» YOUR OBJECTIVE: The line containing "e95 v60 v64 LINE" marks the end: restate word for word every line from the first line of the entries below through that one.

» GIVEN ENTRIES:
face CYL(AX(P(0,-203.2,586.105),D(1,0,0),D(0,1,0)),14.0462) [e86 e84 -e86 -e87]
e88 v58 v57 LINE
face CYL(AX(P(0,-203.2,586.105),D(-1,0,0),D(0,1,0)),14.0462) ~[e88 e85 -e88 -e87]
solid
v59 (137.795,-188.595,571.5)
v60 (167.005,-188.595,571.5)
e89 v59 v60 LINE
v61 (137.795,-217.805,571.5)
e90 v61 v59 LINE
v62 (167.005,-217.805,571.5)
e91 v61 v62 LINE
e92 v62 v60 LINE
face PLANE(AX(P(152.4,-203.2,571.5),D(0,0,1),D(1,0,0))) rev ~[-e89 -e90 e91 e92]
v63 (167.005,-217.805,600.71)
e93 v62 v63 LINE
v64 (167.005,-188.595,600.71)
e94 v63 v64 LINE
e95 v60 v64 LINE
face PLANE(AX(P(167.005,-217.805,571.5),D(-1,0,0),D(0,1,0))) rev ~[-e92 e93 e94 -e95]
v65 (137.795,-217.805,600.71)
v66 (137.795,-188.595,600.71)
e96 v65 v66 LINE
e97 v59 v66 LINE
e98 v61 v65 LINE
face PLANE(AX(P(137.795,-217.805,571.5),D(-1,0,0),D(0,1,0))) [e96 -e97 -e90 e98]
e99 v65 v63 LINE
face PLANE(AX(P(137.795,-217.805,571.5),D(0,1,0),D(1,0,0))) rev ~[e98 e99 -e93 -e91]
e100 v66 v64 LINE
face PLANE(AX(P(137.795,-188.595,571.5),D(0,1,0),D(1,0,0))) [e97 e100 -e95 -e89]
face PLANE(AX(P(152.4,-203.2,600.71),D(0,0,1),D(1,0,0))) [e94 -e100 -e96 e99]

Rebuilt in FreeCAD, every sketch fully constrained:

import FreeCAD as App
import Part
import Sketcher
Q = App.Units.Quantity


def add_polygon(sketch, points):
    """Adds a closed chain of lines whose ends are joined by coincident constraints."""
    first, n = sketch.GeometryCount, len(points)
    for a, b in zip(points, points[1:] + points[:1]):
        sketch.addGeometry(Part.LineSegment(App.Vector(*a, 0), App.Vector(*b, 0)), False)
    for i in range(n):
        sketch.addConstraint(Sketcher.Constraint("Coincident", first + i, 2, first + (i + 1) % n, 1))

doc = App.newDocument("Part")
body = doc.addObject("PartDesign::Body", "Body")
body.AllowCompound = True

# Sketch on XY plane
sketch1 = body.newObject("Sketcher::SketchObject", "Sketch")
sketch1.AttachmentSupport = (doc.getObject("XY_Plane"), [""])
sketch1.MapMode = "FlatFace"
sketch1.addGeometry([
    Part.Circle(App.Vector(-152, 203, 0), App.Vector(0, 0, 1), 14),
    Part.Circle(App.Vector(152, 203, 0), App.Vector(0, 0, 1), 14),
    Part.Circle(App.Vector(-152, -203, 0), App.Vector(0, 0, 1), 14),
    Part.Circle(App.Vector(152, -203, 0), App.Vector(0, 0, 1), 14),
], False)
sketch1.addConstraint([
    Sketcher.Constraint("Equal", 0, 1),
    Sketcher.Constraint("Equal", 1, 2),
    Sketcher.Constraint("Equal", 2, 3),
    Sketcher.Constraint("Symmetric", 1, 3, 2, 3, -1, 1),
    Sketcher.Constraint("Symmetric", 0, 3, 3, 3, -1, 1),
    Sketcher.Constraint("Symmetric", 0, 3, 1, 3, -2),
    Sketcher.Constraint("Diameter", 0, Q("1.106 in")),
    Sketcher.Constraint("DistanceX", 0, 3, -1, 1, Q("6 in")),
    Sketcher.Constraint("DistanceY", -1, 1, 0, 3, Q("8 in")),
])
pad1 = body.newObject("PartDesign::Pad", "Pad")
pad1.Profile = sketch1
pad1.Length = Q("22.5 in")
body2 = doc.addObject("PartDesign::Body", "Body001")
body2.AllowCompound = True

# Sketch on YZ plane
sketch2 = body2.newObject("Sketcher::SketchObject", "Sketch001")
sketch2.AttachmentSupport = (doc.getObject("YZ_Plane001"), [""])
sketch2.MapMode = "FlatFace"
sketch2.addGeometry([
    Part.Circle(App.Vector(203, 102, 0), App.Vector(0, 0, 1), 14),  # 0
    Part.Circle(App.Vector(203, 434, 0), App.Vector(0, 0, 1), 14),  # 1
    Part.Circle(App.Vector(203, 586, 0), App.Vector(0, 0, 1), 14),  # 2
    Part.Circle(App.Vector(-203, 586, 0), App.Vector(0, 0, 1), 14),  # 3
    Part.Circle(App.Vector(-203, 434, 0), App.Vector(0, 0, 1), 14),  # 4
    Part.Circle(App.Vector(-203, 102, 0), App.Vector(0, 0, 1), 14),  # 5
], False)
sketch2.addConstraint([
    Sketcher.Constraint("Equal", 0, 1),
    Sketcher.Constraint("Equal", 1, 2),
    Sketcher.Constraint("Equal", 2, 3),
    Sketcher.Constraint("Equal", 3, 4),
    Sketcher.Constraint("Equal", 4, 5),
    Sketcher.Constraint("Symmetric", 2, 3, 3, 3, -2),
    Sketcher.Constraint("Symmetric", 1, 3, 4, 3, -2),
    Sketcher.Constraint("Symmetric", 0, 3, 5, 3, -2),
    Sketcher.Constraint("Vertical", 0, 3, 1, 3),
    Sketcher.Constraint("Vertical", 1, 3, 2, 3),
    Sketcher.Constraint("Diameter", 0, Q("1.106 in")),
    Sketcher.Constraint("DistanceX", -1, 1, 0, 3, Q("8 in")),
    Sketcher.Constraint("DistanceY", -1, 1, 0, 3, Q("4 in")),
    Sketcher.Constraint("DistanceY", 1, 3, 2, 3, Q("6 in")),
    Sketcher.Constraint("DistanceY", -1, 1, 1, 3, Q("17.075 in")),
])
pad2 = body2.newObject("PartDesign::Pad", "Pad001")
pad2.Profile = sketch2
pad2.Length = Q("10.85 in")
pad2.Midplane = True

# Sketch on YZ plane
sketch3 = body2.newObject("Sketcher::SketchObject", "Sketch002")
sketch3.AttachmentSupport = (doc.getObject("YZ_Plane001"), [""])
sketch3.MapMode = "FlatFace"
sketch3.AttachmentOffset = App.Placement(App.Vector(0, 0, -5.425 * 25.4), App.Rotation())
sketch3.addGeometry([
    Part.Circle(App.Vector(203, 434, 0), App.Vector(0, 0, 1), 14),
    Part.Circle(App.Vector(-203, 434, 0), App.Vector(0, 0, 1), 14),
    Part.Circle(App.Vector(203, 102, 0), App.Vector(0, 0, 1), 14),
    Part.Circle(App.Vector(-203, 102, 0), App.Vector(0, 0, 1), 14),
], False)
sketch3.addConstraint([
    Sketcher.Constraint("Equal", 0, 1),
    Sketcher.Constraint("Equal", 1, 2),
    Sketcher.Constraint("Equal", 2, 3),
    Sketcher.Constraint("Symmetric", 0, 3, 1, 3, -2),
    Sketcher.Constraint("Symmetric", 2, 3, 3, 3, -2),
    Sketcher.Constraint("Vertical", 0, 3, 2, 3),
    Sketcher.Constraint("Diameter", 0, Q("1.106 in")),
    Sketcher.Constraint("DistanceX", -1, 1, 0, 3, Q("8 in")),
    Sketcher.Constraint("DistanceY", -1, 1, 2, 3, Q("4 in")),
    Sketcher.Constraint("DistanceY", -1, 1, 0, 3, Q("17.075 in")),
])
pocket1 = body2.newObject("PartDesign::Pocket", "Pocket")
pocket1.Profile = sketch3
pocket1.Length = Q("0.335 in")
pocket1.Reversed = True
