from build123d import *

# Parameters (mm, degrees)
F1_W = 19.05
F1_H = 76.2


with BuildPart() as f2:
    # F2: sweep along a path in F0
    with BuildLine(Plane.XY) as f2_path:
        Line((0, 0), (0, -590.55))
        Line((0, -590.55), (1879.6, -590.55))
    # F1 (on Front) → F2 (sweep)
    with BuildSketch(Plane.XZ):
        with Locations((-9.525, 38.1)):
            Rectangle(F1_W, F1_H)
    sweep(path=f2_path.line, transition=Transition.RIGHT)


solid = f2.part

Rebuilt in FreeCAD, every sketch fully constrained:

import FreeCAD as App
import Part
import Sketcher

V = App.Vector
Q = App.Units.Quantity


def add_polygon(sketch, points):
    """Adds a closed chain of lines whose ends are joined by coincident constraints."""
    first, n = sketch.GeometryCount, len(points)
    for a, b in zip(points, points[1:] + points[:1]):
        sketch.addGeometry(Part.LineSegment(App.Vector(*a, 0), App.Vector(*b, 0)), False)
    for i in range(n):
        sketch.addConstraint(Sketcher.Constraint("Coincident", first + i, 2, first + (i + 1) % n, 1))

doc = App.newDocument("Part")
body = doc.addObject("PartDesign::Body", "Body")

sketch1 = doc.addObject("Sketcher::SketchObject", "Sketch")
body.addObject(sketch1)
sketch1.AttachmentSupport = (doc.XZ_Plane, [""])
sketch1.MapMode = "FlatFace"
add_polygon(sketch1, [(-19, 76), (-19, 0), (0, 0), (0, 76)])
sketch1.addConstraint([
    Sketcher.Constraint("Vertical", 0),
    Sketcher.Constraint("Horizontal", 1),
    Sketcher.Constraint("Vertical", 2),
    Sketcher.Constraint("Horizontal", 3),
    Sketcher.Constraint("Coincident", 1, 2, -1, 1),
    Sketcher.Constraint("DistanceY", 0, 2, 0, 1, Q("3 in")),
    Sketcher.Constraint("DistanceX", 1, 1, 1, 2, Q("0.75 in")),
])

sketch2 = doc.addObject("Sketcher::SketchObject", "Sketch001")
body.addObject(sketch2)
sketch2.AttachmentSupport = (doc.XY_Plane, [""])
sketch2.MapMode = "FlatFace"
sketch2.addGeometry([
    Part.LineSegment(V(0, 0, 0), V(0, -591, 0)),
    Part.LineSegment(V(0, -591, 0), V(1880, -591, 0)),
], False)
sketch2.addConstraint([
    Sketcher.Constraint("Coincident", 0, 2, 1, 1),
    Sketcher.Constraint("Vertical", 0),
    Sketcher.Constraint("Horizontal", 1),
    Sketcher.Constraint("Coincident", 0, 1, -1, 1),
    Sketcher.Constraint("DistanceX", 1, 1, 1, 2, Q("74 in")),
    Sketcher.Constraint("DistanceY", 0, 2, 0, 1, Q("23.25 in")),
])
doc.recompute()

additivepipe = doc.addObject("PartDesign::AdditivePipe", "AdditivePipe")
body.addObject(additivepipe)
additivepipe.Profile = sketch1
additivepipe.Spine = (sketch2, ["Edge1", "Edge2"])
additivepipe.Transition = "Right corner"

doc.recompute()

» WRITTEN RESPONSE:
face CYL(AX(P(0,-203.2,586.105),D(1,0,0),D(0,1,0)),14.0462) [e86 e84 -e86 -e87]
e88 v58 v57 LINE
face CYL(AX(P(0,-203.2,586.105),D(-1,0,0),D(0,1,0)),14.0462) ~[e88 e85 -e88 -e87]
solid
v59 (137.795,-188.595,571.5)
v60 (167.005,-188.595,571.5)
e89 v59 v60 LINE
v61 (137.795,-217.805,571.5)
e90 v61 v59 LINE
v62 (167.005,-217.805,571.5)
e91 v61 v62 LINE
e92 v62 v60 LINE
face PLANE(AX(P(152.4,-203.2,571.5),D(0,0,1),D(1,0,0))) rev ~[-e89 -e90 e91 e92]
v63 (167.005,-217.805,600.71)
e93 v62 v63 LINE
v64 (167.005,-188.595,600.71)
e94 v63 v64 LINE
e95 v60 v64 LINE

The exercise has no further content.